With the Rupee depreciating against the Dollar, it has become quite a challenge for companies to keep down the prices of the goods they import for sale in India. The Japanese watchmaker, Citizen Watch Co. Ltd, has been feeling the pinch of the falling Rupee as imports are getting very costly and the company imports all its watches.
It is hence being forced to mull sourcing many parts or even assembling many of the watches in India. The import duty of about 40 per cent, VAT and other local taxes add up to about 65 per cent to the price of the watch. The company hence feels it would be worthwhile to manufacture watches, especially its lower-end ones under the Q&Q brand here, and also source many a part like the case, dials and other non-critical parts of its watches. “The movements will come from Japan,” said Shuji Takahashi, Managing Director, Japan CBM Corporation, a subsidiary of Citizen Watch Co.,
As of now the company has been absorbing the input cost increases due to the falling Rupee.

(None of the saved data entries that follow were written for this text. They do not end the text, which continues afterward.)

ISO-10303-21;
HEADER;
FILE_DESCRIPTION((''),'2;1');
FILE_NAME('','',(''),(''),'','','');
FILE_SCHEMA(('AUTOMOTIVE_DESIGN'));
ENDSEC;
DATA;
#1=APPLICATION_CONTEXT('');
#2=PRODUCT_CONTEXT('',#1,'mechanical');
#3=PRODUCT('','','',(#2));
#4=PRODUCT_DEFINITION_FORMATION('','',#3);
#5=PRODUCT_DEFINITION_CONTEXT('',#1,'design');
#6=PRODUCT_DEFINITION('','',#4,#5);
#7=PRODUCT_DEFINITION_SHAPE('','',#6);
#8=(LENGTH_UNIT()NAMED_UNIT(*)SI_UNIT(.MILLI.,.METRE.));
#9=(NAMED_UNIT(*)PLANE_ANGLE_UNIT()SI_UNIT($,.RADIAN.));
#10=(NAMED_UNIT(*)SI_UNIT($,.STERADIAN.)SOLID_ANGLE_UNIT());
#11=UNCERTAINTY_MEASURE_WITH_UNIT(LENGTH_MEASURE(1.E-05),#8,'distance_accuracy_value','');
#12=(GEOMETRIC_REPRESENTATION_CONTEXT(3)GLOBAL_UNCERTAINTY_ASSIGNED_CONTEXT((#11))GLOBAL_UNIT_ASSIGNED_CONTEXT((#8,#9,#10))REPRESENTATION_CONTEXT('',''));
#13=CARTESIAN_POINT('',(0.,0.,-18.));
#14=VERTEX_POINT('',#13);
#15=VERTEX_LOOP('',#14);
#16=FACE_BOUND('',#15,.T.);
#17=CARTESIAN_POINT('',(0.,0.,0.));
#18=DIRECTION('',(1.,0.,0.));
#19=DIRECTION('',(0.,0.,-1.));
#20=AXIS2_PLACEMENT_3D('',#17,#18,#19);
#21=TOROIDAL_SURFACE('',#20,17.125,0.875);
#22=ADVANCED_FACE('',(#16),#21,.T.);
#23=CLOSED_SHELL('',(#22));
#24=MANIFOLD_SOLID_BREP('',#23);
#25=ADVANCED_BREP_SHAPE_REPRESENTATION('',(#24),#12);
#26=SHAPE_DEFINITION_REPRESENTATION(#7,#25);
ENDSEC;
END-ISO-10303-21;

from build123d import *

# Parameters (mm, degrees)
SKETCH_1_R = 0.875


with BuildPart() as part:
    # 草图1 → 旋转1 (revolve)
    with BuildSketch(Plane.XY, mode=Mode.PRIVATE) as revolve_1_sk:
        with Locations((0, 17.125)):
            Circle(SKETCH_1_R)
    revolve(revolve_1_sk.sketch.rotate(Axis((0, 0, 0), (-1, 0, 0)), 90), axis=Axis((0, 0, 0), (-1, 0, 0)))


solid = part.part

It on Monday imports the watches whole, from China. “We even import the boxes in which the watches come packed in,” said K Chandrahas, vice-president, Japan CBM Corporation, the subsidiary of Citizen which owns the Q&Q division that will sell the lower end range of watches in India.
The rising cost of production in China too is being a dampener to the company’s plans in India.
The company, which on Monday has only a miniscule share in the country’s watch market, selling around 200,000 watches per annum, it hopes to double the sales in an year or so. The company probably has a tough fight in hand with about two-thirds of all watches sold in the country being spurious or of questionable make with most of them imported from China or assembled locally. Many of them carry the Citizen tag.